EXERCISE DESCRIPTION:
Lines from the top of the listing down to the one with "f 115 116 117", inclusive, are to be copied exactly.

GIVEN INFORMATION:
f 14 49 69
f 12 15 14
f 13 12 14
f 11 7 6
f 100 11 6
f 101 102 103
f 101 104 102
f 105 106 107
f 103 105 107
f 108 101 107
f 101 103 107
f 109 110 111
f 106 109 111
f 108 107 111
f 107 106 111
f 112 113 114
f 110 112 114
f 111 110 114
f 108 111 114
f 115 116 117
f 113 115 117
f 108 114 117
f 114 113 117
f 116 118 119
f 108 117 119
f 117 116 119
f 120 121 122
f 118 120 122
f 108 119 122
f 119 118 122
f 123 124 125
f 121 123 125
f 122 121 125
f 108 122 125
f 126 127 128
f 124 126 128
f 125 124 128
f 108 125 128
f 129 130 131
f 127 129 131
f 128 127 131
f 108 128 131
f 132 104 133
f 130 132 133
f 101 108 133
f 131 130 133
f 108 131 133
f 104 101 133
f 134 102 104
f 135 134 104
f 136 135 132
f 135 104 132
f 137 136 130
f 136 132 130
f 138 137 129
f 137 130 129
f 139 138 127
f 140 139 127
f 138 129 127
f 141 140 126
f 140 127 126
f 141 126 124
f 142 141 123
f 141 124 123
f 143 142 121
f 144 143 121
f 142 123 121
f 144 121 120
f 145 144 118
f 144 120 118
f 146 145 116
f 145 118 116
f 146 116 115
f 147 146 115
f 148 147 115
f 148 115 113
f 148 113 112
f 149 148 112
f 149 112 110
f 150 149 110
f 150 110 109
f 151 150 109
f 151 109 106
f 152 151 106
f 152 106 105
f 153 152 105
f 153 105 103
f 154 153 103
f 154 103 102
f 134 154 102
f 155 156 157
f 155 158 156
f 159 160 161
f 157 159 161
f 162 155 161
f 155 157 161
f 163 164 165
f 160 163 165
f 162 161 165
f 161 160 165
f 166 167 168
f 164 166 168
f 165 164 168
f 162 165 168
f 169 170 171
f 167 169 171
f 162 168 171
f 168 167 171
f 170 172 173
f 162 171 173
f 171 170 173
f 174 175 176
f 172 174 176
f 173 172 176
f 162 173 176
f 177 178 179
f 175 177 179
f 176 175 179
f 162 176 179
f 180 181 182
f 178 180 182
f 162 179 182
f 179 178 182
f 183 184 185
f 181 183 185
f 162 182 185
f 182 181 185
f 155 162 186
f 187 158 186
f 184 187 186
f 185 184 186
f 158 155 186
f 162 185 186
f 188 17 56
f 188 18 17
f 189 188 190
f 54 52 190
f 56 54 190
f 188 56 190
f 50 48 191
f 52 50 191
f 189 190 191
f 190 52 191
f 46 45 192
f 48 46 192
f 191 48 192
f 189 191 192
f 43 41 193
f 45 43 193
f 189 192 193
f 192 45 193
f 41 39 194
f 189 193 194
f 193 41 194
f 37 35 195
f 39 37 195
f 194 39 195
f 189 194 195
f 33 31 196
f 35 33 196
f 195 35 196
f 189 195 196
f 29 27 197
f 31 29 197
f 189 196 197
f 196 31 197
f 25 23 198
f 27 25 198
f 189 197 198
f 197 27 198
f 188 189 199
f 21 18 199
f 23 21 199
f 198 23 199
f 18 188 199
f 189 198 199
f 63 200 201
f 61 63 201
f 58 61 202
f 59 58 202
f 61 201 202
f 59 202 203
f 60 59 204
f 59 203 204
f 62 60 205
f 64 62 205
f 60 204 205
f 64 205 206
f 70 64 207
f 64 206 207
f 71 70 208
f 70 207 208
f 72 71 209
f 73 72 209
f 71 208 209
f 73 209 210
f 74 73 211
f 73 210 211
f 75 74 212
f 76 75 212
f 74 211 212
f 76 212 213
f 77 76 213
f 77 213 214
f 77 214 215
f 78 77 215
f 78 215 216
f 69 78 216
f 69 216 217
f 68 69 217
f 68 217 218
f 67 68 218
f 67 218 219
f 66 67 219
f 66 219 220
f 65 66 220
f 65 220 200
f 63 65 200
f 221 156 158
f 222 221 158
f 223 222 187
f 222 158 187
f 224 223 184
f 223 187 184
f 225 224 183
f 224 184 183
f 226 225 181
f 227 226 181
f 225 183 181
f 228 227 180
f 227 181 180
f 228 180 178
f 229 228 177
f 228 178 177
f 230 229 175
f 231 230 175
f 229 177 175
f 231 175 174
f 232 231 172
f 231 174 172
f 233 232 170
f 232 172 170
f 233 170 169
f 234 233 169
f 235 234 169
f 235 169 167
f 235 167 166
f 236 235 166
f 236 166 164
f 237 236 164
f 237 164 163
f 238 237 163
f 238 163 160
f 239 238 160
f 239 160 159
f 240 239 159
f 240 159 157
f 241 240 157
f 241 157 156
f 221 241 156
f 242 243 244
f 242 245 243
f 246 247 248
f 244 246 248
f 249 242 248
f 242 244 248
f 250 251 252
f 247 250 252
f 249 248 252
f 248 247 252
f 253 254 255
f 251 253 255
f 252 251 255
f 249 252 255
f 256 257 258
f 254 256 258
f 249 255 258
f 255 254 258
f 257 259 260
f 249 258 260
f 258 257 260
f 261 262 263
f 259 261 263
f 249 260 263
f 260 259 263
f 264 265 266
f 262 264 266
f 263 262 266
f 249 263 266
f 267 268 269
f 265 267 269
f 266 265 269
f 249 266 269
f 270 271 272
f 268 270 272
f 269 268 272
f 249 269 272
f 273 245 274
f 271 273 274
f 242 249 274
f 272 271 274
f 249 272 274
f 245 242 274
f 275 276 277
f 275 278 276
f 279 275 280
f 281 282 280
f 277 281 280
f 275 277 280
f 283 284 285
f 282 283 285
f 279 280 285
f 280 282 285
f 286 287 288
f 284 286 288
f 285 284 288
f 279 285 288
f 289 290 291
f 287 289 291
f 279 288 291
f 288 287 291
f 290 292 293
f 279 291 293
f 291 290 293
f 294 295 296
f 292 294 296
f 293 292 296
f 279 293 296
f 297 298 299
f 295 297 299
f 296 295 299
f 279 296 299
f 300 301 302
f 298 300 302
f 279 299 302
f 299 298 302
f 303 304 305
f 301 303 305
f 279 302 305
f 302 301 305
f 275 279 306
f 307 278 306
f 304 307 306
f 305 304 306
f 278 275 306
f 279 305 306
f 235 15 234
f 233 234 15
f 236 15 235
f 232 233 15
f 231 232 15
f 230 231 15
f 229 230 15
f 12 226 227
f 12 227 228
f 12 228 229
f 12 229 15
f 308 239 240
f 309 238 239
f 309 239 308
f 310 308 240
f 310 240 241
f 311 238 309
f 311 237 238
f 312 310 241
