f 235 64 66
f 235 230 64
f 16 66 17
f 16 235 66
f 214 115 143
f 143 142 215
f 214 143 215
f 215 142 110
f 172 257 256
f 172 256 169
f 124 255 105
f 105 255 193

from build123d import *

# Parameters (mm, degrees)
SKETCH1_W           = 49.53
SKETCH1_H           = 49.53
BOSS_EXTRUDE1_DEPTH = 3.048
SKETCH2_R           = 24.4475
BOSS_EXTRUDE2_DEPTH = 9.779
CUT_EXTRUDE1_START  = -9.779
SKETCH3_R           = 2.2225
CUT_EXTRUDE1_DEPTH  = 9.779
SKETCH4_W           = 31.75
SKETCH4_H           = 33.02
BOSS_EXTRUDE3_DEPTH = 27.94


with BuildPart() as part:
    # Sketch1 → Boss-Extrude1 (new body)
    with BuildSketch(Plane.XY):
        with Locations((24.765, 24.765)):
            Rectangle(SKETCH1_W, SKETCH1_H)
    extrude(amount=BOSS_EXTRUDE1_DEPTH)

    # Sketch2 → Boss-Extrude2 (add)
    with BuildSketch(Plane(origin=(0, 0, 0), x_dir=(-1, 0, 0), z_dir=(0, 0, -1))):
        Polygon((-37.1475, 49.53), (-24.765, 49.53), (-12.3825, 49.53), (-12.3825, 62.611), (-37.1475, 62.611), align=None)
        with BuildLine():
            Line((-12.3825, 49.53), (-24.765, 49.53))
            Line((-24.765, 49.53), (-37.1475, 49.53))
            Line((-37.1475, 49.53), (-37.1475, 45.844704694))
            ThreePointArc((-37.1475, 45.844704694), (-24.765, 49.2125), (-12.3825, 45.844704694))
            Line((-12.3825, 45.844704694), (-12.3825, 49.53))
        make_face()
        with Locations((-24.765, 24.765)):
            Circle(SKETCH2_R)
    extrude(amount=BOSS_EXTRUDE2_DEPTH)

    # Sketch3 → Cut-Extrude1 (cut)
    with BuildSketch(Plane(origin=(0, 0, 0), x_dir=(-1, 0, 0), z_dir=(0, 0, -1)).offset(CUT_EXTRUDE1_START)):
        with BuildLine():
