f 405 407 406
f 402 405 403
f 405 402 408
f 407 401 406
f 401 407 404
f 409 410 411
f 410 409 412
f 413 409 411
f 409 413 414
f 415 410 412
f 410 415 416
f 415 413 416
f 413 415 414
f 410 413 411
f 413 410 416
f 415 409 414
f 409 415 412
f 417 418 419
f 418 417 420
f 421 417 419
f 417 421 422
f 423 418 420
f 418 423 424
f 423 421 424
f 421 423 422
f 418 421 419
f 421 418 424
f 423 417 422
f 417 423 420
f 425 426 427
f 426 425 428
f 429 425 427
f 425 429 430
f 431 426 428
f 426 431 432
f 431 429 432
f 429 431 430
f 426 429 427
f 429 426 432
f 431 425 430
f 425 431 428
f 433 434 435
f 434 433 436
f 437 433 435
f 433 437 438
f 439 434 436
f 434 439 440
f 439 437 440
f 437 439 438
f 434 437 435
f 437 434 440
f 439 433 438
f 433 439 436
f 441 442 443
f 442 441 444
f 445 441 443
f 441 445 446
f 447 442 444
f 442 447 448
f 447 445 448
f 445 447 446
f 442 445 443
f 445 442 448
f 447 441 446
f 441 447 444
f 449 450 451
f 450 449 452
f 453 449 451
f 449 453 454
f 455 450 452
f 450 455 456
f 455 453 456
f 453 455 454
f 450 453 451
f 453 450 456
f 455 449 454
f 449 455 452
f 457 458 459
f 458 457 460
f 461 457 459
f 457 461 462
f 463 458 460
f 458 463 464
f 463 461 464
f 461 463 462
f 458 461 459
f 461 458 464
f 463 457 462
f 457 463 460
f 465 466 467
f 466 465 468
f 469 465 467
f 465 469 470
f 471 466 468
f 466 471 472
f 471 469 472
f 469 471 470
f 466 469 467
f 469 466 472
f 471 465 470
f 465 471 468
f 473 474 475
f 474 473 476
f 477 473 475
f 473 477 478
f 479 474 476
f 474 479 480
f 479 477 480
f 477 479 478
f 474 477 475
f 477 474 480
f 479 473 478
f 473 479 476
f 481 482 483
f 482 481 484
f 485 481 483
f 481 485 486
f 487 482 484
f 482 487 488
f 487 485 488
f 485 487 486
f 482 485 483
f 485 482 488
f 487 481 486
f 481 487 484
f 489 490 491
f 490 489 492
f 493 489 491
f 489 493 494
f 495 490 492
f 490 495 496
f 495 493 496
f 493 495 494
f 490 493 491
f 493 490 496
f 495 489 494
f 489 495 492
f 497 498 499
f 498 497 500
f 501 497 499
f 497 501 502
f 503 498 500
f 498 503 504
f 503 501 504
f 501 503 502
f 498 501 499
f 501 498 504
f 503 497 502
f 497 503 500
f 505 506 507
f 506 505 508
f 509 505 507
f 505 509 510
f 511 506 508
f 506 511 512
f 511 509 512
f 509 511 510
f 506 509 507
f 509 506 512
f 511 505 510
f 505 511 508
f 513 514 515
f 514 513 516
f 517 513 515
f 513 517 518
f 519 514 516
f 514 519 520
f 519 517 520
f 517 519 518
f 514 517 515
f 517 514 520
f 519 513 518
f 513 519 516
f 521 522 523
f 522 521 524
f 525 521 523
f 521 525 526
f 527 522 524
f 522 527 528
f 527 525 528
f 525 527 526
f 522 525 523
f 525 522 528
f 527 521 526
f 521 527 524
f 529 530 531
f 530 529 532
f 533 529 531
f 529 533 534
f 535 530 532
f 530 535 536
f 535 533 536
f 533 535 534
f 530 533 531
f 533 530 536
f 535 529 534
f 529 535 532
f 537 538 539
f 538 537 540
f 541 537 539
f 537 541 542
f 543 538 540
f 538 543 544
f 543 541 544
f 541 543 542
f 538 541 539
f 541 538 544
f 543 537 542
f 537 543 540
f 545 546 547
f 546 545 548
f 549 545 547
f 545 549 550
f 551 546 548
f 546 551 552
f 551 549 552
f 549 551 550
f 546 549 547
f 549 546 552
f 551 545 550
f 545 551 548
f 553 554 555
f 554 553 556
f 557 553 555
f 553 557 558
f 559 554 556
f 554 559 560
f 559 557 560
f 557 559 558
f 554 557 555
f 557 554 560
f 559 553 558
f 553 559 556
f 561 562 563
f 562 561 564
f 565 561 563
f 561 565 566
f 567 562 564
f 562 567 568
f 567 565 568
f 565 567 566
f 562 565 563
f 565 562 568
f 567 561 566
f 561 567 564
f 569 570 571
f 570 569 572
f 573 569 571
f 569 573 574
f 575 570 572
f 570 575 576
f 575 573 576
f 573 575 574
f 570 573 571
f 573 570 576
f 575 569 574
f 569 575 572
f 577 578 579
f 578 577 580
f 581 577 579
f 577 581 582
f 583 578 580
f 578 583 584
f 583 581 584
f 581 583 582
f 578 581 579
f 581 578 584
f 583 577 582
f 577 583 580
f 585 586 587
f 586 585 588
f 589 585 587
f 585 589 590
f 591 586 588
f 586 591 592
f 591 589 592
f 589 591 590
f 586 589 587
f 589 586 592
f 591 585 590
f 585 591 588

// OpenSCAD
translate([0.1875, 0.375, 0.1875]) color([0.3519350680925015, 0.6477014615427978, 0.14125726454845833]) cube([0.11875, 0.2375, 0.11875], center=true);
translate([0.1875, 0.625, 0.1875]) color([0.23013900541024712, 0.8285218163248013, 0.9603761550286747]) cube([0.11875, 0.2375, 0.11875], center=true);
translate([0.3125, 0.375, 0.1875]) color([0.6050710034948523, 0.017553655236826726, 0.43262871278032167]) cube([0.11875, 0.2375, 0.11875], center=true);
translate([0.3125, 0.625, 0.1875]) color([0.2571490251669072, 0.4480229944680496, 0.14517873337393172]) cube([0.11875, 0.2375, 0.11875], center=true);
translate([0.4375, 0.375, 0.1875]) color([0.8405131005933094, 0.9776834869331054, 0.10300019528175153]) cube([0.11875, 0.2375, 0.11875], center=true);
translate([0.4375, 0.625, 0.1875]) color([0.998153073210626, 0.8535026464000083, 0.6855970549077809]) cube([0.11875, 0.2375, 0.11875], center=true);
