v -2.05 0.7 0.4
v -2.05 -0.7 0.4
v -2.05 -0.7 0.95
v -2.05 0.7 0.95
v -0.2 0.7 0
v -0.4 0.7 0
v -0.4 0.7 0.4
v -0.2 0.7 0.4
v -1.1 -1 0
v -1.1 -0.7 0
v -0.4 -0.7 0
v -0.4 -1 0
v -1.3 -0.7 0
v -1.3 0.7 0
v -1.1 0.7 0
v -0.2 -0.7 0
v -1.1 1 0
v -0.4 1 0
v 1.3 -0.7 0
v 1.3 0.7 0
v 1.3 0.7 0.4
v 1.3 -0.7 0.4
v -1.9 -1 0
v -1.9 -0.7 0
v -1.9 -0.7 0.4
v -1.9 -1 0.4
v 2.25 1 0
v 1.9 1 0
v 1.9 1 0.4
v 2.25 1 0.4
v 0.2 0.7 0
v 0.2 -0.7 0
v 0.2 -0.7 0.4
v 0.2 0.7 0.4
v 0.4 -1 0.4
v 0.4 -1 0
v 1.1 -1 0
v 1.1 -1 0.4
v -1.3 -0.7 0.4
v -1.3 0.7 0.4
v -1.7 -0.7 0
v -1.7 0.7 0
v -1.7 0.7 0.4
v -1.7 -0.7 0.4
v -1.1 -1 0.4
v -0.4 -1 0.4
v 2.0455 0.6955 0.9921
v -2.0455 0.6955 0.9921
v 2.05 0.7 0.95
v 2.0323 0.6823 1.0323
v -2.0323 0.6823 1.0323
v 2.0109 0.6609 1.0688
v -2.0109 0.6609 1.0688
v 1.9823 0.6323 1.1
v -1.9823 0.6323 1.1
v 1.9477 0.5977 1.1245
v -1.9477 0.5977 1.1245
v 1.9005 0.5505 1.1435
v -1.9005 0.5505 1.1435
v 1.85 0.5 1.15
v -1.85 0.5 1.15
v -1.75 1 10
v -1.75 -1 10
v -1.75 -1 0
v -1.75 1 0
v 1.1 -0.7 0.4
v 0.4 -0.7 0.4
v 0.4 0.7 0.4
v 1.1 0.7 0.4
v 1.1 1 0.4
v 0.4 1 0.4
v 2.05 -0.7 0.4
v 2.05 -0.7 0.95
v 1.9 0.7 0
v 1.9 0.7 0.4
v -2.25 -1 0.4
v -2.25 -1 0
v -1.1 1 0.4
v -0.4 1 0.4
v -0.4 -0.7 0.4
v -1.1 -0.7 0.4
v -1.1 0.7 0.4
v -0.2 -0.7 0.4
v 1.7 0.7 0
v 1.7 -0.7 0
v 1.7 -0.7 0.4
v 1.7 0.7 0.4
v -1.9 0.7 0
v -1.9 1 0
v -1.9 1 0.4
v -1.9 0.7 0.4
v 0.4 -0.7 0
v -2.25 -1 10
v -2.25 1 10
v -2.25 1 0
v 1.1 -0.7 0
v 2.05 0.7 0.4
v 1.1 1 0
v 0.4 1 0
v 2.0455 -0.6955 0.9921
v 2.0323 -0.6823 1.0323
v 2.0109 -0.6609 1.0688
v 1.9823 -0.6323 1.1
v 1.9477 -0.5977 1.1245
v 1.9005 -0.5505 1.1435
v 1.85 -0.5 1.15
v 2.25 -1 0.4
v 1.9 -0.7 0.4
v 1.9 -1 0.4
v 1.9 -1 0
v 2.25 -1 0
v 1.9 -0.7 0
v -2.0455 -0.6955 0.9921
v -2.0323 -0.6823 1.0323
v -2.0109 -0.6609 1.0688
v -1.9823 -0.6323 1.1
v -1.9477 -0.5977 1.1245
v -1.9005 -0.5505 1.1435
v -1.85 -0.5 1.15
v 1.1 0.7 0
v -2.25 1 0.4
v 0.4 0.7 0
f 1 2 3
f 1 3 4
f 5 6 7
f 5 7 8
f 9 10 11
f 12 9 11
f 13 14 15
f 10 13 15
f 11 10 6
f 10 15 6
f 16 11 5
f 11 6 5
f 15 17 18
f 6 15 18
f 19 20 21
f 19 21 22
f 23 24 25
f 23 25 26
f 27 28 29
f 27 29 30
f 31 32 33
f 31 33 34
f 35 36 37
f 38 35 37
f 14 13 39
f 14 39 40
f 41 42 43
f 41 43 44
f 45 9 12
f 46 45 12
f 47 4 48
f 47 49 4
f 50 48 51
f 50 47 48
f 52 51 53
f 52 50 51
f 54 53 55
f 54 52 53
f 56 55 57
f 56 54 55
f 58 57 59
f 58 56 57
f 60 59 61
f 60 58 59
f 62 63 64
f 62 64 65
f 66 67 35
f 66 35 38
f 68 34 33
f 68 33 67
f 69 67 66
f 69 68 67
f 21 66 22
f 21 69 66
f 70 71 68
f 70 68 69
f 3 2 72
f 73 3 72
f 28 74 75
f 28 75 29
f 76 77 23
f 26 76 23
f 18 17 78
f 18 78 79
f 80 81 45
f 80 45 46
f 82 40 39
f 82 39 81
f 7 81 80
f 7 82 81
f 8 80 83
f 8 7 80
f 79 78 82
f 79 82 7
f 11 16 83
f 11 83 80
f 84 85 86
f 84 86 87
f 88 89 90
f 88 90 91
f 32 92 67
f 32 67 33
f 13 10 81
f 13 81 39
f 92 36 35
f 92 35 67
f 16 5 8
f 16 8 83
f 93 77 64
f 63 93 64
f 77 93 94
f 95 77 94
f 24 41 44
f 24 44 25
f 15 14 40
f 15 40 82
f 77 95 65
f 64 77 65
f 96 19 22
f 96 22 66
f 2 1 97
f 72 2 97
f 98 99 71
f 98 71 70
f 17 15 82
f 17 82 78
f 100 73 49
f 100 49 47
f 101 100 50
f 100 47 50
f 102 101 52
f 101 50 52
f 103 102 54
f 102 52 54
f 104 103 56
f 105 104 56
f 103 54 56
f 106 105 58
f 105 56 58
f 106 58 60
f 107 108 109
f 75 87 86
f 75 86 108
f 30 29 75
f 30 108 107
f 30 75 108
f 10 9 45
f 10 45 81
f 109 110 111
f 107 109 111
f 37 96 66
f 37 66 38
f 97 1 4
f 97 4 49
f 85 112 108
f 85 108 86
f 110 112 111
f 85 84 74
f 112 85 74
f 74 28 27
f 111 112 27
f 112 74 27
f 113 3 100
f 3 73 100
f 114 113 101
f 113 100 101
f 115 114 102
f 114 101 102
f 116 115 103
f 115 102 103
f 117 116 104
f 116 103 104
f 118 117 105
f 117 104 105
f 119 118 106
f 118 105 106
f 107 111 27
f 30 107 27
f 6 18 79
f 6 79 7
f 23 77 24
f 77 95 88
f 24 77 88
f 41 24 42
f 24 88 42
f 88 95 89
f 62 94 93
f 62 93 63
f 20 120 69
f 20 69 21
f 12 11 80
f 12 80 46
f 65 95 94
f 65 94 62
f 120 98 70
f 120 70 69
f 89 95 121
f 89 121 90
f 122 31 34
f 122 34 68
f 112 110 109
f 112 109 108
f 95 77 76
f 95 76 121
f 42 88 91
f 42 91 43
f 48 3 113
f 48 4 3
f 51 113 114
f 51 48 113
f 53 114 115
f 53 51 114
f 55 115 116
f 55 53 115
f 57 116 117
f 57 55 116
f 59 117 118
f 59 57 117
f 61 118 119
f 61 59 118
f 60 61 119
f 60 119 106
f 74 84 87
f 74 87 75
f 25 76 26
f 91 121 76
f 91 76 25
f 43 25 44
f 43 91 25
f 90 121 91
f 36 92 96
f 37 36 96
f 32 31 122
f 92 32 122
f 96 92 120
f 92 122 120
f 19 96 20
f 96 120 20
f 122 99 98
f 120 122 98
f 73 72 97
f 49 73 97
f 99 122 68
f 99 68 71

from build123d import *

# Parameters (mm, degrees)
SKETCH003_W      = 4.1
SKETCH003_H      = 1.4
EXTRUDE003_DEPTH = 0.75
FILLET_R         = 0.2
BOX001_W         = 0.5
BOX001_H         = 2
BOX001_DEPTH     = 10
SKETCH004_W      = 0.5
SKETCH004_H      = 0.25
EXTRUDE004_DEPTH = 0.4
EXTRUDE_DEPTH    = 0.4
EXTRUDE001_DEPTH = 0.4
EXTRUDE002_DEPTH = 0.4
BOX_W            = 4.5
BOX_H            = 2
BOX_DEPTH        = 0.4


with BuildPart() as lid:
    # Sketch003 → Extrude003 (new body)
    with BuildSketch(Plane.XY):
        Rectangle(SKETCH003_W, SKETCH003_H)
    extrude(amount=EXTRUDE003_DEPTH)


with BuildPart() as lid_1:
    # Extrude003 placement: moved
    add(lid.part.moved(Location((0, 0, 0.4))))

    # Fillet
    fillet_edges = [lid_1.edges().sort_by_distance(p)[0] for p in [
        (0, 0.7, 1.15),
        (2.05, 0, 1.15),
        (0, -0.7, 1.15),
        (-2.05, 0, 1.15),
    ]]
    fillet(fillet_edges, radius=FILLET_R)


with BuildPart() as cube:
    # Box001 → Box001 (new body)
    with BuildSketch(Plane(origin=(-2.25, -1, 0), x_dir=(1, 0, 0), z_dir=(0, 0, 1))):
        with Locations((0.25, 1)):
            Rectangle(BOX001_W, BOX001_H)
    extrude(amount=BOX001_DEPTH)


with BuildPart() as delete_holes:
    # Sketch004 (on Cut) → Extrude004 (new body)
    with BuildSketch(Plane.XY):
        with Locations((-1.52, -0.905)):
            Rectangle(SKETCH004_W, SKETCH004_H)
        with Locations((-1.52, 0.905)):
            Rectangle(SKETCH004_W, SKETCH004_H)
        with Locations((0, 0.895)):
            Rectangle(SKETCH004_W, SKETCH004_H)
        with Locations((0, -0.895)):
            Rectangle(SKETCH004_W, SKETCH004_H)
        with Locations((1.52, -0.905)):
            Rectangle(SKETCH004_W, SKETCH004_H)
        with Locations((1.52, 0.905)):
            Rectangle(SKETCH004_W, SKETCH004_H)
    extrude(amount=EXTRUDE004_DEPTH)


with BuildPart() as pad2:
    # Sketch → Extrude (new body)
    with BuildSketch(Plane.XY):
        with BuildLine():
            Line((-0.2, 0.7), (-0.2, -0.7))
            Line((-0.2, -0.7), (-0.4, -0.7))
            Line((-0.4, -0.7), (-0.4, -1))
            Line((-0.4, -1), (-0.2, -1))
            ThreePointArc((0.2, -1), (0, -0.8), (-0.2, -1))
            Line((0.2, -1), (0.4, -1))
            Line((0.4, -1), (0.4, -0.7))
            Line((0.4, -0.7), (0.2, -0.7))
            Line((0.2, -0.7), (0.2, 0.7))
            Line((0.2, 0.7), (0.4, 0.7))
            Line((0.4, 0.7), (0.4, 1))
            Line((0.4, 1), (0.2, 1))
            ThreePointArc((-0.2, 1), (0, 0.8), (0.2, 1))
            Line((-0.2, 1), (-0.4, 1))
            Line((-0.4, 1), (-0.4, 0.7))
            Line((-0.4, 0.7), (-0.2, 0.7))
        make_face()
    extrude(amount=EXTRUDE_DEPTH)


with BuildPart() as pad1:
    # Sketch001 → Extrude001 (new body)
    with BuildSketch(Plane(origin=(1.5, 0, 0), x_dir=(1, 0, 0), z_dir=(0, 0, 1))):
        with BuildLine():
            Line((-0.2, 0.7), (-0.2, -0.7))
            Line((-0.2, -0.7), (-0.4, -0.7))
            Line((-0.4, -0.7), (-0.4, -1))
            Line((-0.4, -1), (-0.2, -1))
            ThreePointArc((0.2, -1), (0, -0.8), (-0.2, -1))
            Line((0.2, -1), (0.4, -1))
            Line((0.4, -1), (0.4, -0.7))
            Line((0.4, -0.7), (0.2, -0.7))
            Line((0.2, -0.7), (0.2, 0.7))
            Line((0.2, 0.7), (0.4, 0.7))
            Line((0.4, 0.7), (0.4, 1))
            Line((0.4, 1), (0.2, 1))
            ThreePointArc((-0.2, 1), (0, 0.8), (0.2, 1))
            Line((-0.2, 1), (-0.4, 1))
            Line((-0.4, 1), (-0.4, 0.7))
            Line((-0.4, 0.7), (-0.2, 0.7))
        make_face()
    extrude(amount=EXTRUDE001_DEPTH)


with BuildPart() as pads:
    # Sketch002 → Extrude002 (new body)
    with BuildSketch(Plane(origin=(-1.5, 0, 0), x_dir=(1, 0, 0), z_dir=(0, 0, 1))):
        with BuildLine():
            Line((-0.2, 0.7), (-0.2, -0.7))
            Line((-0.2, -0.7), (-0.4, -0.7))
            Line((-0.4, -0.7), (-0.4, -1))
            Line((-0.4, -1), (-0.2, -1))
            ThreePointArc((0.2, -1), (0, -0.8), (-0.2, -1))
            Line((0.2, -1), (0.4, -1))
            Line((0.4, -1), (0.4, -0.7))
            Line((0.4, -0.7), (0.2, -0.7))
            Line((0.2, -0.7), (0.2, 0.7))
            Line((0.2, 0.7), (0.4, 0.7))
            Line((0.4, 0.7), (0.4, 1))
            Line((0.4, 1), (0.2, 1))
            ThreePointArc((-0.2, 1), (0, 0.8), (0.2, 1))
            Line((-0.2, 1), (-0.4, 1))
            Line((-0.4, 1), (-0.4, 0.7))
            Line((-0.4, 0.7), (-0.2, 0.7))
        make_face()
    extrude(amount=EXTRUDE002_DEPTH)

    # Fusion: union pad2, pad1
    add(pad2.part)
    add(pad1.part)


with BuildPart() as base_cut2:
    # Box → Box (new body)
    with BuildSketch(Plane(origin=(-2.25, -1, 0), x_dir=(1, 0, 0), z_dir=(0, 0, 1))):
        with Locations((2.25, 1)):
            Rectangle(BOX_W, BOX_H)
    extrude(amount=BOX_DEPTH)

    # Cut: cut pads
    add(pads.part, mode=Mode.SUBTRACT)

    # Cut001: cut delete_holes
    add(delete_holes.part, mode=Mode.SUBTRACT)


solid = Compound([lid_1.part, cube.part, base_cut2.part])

TASK RESPONSE:
f 14 49 69
f 12 15 14
f 13 12 14
f 11 7 6
f 100 11 6
f 101 102 103
f 101 104 102
f 105 106 107
f 103 105 107
f 108 101 107
f 101 103 107
f 109 110 111
f 106 109 111
f 108 107 111
f 107 106 111
f 112 113 114
f 110 112 114
f 111 110 114
f 108 111 114
f 115 116 117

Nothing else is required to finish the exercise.